RULE 5: DO NOT LET YOUR CHILDREN DO ANYTHING THAT MAKES YOU DISLIKE THEM

  • Children need to be shaped and informed.

  • Children can be damaged by lack of attention as much as by abuse, mental or physical.

  • Children who do not learn social behavior will be ignored by their peers because they are not fun to play with.

  • Every parent therefore needs to learn to tolerate the momentary anger or even hatred directed towards them by their children, after necessary corrective action has been taken, as the capacity of children to perceive or care about long-term consequences is very limited.

  • It is an act of responsibility to discipline a child. It is not anger at misbehavior. It is not revenge for a misdeed. It is instead a careful combination of mercy and long-term judgment.

  • Kids do this frequently. Scared parents think that a crying child is always sad or hurt. This is simply not true. Anger is one of the most common reasons for crying.

  • Anger-crying is often an act of dominance, and should be dealt with as such.

  • We therefore do our children a disservice by failing to use whatever is available to help them learn, including negative emotions, even though such use should occur in the most merciful possible manner.

  • Children need to be well socialized by age four (at this age, peers become primary source of socialization).

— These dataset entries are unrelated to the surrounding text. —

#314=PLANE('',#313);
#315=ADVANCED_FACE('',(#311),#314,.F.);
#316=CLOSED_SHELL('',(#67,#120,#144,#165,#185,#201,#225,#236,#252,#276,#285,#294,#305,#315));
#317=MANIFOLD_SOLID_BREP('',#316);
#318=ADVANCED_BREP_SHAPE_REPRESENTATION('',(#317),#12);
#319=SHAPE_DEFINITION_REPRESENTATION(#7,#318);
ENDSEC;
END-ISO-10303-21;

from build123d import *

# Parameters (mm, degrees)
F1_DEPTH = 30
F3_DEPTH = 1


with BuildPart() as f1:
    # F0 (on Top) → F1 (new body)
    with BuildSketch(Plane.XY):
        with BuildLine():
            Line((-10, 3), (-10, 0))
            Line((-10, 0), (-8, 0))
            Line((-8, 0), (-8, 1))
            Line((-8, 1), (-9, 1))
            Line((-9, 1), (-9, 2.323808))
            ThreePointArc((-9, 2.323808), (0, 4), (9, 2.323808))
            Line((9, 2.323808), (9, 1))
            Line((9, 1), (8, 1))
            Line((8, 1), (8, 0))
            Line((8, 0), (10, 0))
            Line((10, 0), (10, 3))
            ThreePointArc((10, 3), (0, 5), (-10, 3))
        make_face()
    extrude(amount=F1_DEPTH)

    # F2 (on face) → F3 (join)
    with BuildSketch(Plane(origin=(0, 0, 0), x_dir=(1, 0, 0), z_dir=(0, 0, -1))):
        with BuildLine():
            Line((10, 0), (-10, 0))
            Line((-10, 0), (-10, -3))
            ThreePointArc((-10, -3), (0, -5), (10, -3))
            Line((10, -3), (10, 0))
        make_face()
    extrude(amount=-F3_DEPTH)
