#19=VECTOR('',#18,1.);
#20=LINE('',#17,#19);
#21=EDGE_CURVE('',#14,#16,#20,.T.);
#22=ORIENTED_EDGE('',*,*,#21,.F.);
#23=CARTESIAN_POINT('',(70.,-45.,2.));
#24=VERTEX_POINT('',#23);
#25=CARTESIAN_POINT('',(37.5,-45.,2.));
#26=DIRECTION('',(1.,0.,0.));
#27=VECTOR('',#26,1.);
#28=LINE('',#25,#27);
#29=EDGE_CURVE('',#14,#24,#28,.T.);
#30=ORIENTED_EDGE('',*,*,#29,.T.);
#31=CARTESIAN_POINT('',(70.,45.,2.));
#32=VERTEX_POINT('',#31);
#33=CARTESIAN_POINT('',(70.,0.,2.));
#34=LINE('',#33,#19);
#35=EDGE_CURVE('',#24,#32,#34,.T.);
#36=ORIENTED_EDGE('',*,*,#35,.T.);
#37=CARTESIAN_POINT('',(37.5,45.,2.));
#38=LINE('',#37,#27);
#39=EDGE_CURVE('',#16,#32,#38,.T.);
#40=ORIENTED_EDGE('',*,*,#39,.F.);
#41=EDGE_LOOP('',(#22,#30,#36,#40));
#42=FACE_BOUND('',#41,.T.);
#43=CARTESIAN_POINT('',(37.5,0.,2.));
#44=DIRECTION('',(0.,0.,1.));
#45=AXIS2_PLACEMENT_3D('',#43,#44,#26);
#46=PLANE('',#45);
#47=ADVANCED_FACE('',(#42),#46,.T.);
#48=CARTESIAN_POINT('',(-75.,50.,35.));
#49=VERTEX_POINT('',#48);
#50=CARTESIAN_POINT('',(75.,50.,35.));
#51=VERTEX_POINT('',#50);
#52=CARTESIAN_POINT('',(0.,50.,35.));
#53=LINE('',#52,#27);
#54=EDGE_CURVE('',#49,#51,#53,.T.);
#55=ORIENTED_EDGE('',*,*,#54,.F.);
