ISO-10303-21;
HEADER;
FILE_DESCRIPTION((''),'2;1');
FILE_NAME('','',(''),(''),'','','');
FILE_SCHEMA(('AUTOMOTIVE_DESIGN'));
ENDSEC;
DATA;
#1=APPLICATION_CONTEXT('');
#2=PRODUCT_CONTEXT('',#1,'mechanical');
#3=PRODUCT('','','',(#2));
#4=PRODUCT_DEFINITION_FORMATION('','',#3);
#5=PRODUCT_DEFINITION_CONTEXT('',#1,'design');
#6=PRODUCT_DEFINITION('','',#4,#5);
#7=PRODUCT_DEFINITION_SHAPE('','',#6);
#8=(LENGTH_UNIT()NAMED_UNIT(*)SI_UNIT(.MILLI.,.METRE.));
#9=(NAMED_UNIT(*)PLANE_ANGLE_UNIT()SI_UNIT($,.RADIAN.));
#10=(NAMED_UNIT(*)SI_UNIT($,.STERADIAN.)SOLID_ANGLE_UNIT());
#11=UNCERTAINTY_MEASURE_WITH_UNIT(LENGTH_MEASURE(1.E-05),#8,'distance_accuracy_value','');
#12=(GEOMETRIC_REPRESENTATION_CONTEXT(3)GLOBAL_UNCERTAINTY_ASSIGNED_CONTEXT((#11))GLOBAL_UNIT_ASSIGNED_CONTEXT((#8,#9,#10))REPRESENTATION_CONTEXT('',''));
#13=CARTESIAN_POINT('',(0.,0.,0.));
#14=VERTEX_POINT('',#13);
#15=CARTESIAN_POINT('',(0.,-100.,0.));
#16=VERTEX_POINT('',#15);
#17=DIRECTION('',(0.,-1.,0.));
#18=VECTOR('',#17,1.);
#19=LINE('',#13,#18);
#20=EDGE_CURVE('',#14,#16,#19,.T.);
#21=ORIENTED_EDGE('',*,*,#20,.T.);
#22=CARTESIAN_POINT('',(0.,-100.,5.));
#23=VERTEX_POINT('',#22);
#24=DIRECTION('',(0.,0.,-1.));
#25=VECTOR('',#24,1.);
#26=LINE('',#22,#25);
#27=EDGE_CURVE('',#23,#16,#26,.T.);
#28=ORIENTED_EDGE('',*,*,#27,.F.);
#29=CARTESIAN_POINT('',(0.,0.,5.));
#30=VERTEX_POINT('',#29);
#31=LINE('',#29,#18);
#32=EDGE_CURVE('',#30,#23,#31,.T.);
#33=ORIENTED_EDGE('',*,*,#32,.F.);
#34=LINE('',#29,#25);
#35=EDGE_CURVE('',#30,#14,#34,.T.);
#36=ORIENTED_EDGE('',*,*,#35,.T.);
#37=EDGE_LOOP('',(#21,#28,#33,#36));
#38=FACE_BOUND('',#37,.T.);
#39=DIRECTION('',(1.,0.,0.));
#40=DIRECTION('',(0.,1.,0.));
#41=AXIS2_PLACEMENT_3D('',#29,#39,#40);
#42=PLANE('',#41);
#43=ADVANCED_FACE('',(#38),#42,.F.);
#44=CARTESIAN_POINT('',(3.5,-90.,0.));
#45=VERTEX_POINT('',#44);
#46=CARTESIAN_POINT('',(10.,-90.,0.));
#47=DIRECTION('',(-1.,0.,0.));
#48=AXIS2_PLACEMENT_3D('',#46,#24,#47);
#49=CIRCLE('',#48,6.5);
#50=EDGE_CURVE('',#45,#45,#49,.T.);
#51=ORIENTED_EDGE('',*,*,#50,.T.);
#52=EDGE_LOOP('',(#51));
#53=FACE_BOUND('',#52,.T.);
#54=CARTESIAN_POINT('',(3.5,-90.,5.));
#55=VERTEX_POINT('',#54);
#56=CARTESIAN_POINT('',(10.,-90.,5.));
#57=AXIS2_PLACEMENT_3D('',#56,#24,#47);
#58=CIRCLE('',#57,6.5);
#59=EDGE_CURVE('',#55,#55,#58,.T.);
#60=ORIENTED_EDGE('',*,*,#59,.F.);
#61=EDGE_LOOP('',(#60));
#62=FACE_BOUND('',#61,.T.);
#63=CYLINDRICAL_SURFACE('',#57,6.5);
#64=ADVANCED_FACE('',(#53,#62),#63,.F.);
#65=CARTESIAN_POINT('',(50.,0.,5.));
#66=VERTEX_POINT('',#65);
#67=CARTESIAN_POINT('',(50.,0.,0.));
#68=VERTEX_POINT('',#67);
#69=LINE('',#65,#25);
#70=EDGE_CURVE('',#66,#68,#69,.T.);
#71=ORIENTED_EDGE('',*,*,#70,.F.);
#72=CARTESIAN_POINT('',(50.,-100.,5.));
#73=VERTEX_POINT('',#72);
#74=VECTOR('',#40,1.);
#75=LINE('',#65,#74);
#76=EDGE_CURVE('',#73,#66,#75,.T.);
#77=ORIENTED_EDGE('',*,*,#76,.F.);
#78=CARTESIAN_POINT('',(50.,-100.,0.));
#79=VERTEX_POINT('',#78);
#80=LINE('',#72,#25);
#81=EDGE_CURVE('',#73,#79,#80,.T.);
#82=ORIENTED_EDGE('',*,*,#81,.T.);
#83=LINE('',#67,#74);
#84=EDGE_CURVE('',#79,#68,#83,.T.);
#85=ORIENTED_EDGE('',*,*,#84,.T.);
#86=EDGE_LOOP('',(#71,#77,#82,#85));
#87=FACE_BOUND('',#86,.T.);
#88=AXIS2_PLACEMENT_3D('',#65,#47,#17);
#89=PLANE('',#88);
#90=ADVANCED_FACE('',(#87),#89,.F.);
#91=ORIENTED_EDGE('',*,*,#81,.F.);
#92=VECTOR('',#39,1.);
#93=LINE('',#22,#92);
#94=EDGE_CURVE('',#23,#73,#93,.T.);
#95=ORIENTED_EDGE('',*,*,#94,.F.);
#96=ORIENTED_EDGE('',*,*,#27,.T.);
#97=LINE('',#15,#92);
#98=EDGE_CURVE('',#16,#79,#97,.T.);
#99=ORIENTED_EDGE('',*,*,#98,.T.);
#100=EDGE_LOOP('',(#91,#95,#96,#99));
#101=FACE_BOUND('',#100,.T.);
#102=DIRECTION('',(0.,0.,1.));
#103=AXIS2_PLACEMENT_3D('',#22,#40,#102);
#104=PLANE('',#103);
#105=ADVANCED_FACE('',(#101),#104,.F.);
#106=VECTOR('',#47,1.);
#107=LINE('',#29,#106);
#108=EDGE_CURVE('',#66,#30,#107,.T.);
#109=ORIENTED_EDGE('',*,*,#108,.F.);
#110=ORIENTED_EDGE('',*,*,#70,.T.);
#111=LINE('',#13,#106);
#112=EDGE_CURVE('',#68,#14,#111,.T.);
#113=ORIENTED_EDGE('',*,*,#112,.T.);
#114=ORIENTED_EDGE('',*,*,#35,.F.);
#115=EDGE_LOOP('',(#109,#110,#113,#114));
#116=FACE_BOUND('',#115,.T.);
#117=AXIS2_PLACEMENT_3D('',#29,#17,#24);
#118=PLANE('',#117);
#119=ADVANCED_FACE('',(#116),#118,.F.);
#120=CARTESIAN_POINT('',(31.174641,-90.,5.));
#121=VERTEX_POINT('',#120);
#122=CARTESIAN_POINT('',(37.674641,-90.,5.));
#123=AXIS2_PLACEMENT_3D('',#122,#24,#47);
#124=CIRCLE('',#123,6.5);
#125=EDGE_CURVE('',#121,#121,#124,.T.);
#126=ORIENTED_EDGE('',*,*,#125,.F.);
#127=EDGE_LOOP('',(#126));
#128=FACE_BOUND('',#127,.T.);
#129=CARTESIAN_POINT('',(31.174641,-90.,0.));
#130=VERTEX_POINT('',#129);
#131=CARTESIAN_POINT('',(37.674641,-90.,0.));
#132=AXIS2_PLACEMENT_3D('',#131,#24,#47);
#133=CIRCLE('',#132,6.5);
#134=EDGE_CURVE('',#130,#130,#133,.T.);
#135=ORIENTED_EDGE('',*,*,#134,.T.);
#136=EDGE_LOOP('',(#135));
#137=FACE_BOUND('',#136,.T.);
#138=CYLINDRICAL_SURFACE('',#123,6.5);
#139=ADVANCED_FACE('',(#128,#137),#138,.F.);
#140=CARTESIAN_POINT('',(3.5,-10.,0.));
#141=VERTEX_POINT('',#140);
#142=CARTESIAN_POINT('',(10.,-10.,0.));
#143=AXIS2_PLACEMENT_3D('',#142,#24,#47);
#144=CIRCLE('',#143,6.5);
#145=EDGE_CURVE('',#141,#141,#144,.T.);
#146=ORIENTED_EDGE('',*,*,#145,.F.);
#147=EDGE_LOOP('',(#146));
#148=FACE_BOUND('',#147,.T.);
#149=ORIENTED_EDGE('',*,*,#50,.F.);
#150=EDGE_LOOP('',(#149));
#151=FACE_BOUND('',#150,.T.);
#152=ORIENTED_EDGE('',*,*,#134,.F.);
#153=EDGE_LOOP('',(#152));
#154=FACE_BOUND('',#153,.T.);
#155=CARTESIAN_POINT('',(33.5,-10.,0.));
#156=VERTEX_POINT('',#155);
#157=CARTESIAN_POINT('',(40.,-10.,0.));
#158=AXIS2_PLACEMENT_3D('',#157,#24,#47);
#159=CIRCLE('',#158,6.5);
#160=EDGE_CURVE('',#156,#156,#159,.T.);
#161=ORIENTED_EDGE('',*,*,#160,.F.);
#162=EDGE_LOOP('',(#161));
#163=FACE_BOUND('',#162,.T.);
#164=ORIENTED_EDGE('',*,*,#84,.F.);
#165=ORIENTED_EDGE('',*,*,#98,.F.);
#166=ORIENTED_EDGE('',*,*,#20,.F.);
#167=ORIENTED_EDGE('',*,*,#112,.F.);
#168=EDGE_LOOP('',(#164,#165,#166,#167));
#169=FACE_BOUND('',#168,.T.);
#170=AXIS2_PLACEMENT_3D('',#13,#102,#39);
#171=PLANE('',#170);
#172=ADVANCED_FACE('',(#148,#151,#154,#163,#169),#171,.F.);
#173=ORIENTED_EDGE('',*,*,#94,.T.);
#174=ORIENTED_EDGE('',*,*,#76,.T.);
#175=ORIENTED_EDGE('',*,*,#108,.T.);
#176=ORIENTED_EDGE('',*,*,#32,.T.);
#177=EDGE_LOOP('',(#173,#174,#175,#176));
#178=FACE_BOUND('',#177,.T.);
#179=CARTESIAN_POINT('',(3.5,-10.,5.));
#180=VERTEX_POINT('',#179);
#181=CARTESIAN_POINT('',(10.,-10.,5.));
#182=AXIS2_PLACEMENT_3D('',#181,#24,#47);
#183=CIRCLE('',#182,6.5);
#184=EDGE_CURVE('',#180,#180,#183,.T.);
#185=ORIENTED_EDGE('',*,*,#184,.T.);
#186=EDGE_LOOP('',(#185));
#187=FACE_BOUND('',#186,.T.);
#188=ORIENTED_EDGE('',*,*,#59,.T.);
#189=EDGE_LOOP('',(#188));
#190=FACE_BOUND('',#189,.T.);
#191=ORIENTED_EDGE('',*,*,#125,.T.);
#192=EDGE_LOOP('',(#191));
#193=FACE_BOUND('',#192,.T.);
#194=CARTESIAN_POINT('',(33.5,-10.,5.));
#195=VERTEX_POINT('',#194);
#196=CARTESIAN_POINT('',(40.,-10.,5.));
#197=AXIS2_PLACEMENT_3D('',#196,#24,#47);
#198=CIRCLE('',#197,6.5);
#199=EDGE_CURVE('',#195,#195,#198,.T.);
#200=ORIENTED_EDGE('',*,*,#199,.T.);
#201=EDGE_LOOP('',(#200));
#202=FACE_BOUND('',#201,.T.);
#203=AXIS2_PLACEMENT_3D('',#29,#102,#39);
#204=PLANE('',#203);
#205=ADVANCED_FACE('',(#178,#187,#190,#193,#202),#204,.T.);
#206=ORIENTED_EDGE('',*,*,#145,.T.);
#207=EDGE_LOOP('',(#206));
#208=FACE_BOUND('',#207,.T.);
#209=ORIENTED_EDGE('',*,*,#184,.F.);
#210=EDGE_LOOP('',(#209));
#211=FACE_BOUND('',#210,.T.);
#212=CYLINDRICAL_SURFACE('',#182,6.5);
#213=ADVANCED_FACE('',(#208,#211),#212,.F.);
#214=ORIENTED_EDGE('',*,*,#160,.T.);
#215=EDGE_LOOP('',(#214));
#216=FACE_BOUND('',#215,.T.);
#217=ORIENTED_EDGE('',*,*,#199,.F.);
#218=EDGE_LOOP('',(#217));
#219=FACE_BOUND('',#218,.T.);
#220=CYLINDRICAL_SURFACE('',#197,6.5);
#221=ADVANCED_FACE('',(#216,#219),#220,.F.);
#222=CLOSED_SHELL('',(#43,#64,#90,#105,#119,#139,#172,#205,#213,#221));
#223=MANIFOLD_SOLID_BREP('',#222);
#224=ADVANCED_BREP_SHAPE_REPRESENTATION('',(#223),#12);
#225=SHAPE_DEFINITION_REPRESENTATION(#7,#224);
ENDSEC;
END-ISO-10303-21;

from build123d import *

# Parameters (mm, degrees)
SKETCH1_W           = 50
SKETCH1_H           = 100
BOSS_EXTRUDE1_DEPTH = 5
SKETCH2_R           = 6.5
CUT_EXTRUDE1_DEPTH  = 112.915146428


with BuildPart() as part:
    # Sketch1 → Boss-Extrude1 (new body)
    with BuildSketch(Plane.XY):
        with Locations((25, -50)):
            Rectangle(SKETCH1_W, SKETCH1_H)
    extrude(amount=BOSS_EXTRUDE1_DEPTH)

    # Sketch2 → Cut-Extrude1 (cut, through all)
    with BuildSketch(Plane(origin=(0, 0, 0), x_dir=(-1, 0, 0), z_dir=(0, 0, -1))):
        with Locations((-10, -10)):
            Circle(SKETCH2_R)
        with Locations((-40, -10)):
            Circle(SKETCH2_R)
        with Locations((-10, -90)):
            Circle(SKETCH2_R)
        with Locations((-37.674641047, -90)):
            Circle(SKETCH2_R)
    extrude(amount=-CUT_EXTRUDE1_DEPTH, mode=Mode.SUBTRACT)


solid = part.part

  • So now we have two general principles of discipline. The first: limit the rules. The second: Use the least force necessary to enforce those rules.

  • People will really like your kids if you give them the chance.

  • Disciplinary principle 1: limit the rules. Principle 2: use minimum necessary force. Here’s a third: parents should come in pairs.

  • Here’s a fourth principle, one that is more particularly psychological: parents should understand their own capacity to be harsh, vengeful, arrogant, resentful, angry and deceitful.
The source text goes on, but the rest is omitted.